Provided data:
+---+
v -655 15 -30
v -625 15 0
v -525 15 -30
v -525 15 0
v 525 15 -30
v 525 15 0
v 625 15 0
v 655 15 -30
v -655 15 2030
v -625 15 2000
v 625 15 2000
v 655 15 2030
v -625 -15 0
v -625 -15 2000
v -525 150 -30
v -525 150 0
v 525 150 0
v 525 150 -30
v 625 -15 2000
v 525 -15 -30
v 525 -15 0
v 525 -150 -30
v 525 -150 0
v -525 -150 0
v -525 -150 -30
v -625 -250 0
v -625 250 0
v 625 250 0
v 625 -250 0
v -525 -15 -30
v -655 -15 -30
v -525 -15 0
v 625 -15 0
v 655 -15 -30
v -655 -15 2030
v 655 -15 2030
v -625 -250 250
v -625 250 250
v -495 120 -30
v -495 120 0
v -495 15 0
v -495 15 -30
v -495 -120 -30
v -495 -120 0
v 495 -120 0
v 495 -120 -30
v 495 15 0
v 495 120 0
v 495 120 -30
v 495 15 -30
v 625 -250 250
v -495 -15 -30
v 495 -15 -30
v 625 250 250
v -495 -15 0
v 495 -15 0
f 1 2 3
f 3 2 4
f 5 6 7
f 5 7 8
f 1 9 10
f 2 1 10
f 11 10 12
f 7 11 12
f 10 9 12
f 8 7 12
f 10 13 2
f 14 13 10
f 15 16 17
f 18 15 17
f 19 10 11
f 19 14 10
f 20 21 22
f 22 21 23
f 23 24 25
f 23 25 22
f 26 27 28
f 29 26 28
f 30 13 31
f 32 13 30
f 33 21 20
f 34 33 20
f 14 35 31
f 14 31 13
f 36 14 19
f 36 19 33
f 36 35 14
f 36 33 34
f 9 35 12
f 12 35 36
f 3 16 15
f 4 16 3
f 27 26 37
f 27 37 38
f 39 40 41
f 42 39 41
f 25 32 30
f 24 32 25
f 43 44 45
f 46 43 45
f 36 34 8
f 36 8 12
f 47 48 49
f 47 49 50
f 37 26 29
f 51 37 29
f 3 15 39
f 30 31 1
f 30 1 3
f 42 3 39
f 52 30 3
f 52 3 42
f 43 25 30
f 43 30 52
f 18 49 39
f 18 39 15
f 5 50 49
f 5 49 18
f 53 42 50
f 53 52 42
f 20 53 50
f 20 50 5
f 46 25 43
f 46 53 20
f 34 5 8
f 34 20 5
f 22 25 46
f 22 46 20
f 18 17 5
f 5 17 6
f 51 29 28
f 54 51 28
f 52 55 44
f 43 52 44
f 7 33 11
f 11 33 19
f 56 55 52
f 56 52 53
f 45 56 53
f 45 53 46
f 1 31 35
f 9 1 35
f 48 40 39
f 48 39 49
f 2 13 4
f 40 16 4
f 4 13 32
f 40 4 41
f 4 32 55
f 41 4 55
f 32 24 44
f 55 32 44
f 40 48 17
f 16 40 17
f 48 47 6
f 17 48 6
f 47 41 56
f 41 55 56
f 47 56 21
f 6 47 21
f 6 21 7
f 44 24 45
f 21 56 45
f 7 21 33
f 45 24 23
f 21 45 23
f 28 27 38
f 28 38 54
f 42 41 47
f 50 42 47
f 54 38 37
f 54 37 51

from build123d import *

# Parameters (mm, degrees)
F0_W     = 1250
F0_H     = 500
F1_DEPTH = 250
F2_W     = 1310
F2_H     = 2060
F2_W_2   = 1250
F2_H_2   = 2000
F3_DEPTH = 15
F4_W     = 1050
F4_H     = 300
F4_W_2   = 990
F4_H_2   = 240
F5_DEPTH = 30


with BuildPart() as f1:
    # F0 (on Top) → F1 (new body)
    with BuildSketch(Plane.XY):
        Rectangle(F0_W, F0_H)
    extrude(amount=F1_DEPTH)


with BuildPart() as f3:
    # F2 (on Front) → F3 (new body, symmetric)
    with BuildSketch(Plane.XZ):
        with Locations((0, 1000)):
            Rectangle(F2_W, F2_H)
        with Locations((0, 1000)):
            Rectangle(F2_W_2, F2_H_2, mode=Mode.SUBTRACT)
    extrude(amount=F3_DEPTH, both=True)

    # F4 (on face) → F5 (join)
    with BuildSketch(Plane(origin=(0, 0, 0), x_dir=(1, 0, 0), z_dir=(0, 0, -1))):
        Rectangle(F4_W, F4_H)
        Rectangle(F4_W_2, F4_H_2, mode=Mode.SUBTRACT)
    extrude(amount=F5_DEPTH)


solid = Compound([f1.part, f3.part])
+---+
What is expected: Type the material above out again, exactly.

Written response:
v -655 15 -30
v -625 15 0
v -525 15 -30
v -525 15 0
v 525 15 -30
v 525 15 0
v 625 15 0
v 655 15 -30
v -655 15 2030
v -625 15 2000
v 625 15 2000
v 655 15 2030
v -625 -15 0
v -625 -15 2000
v -525 150 -30
v -525 150 0
v 525 150 0
v 525 150 -30
v 625 -15 2000
v 525 -15 -30
v 525 -15 0
v 525 -150 -30
v 525 -150 0
v -525 -150 0
v -525 -150 -30
v -625 -250 0
v -625 250 0
v 625 250 0
v 625 -250 0
v -525 -15 -30
v -655 -15 -30
v -525 -15 0
v 625 -15 0
v 655 -15 -30
v -655 -15 2030
v 655 -15 2030
v -625 -250 250
v -625 250 250
v -495 120 -30
v -495 120 0
v -495 15 0
v -495 15 -30
v -495 -120 -30
v -495 -120 0
v 495 -120 0
v 495 -120 -30
v 495 15 0
v 495 120 0
v 495 120 -30
v 495 15 -30
v 625 -250 250
v -495 -15 -30
v 495 -15 -30
v 625 250 250
v -495 -15 0
v 495 -15 0
f 1 2 3
f 3 2 4
f 5 6 7
f 5 7 8
f 1 9 10
f 2 1 10
f 11 10 12
f 7 11 12
f 10 9 12
f 8 7 12
f 10 13 2
f 14 13 10
f 15 16 17
f 18 15 17
f 19 10 11
f 19 14 10
f 20 21 22
f 22 21 23
f 23 24 25
f 23 25 22
f 26 27 28
f 29 26 28
f 30 13 31
f 32 13 30
f 33 21 20
f 34 33 20
f 14 35 31
f 14 31 13
f 36 14 19
f 36 19 33
f 36 35 14
f 36 33 34
f 9 35 12
f 12 35 36
f 3 16 15
f 4 16 3
f 27 26 37
f 27 37 38
f 39 40 41
f 42 39 41
f 25 32 30
f 24 32 25
f 43 44 45
f 46 43 45
f 36 34 8
f 36 8 12
f 47 48 49
f 47 49 50
f 37 26 29
f 51 37 29
f 3 15 39
f 30 31 1
f 30 1 3
f 42 3 39
f 52 30 3
f 52 3 42
f 43 25 30
f 43 30 52
f 18 49 39
f 18 39 15
f 5 50 49
f 5 49 18
f 53 42 50
f 53 52 42
f 20 53 50
f 20 50 5
f 46 25 43
f 46 53 20
f 34 5 8
f 34 20 5
f 22 25 46
f 22 46 20
f 18 17 5
f 5 17 6
f 51 29 28
f 54 51 28
f 52 55 44
f 43 52 44
f 7 33 11
f 11 33 19
f 56 55 52
f 56 52 53
f 45 56 53
f 45 53 46
f 1 31 35
f 9 1 35
f 48 40 39
f 48 39 49
f 2 13 4
f 40 16 4
f 4 13 32
f 40 4 41
f 4 32 55
f 41 4 55
f 32 24 44
f 55 32 44
f 40 48 17
f 16 40 17
f 48 47 6
f 17 48 6
f 47 41 56
f 41 55 56
f 47 56 21
f 6 47 21
f 6 21 7
f 44 24 45
f 21 56 45
f 7 21 33
f 45 24 23
f 21 45 23
f 28 27 38
f 28 38 54
f 42 41 47
f 50 42 47
f 54 38 37
f 54 37 51

from build123d import *

# Parameters (mm, degrees)
F0_W     = 1250
F0_H     = 500
F1_DEPTH = 250
F2_W     = 1310
F2_H     = 2060
F2_W_2   = 1250
F2_H_2   = 2000
F3_DEPTH = 15
F4_W     = 1050
F4_H     = 300
F4_W_2   = 990
F4_H_2   = 240
F5_DEPTH = 30


with BuildPart() as f1:
    # F0 (on Top) → F1 (new body)
    with BuildSketch(Plane.XY):
        Rectangle(F0_W, F0_H)
    extrude(amount=F1_DEPTH)


with BuildPart() as f3:
    # F2 (on Front) → F3 (new body, symmetric)
    with BuildSketch(Plane.XZ):
        with Locations((0, 1000)):
            Rectangle(F2_W, F2_H)
        with Locations((0, 1000)):
            Rectangle(F2_W_2, F2_H_2, mode=Mode.SUBTRACT)
    extrude(amount=F3_DEPTH, both=True)

    # F4 (on face) → F5 (join)
    with BuildSketch(Plane(origin=(0, 0, 0), x_dir=(1, 0, 0), z_dir=(0, 0, -1))):
        Rectangle(F4_W, F4_H)
        Rectangle(F4_W_2, F4_H_2, mode=Mode.SUBTRACT)
    extrude(amount=F5_DEPTH)


solid = Compound([f1.part, f3.part])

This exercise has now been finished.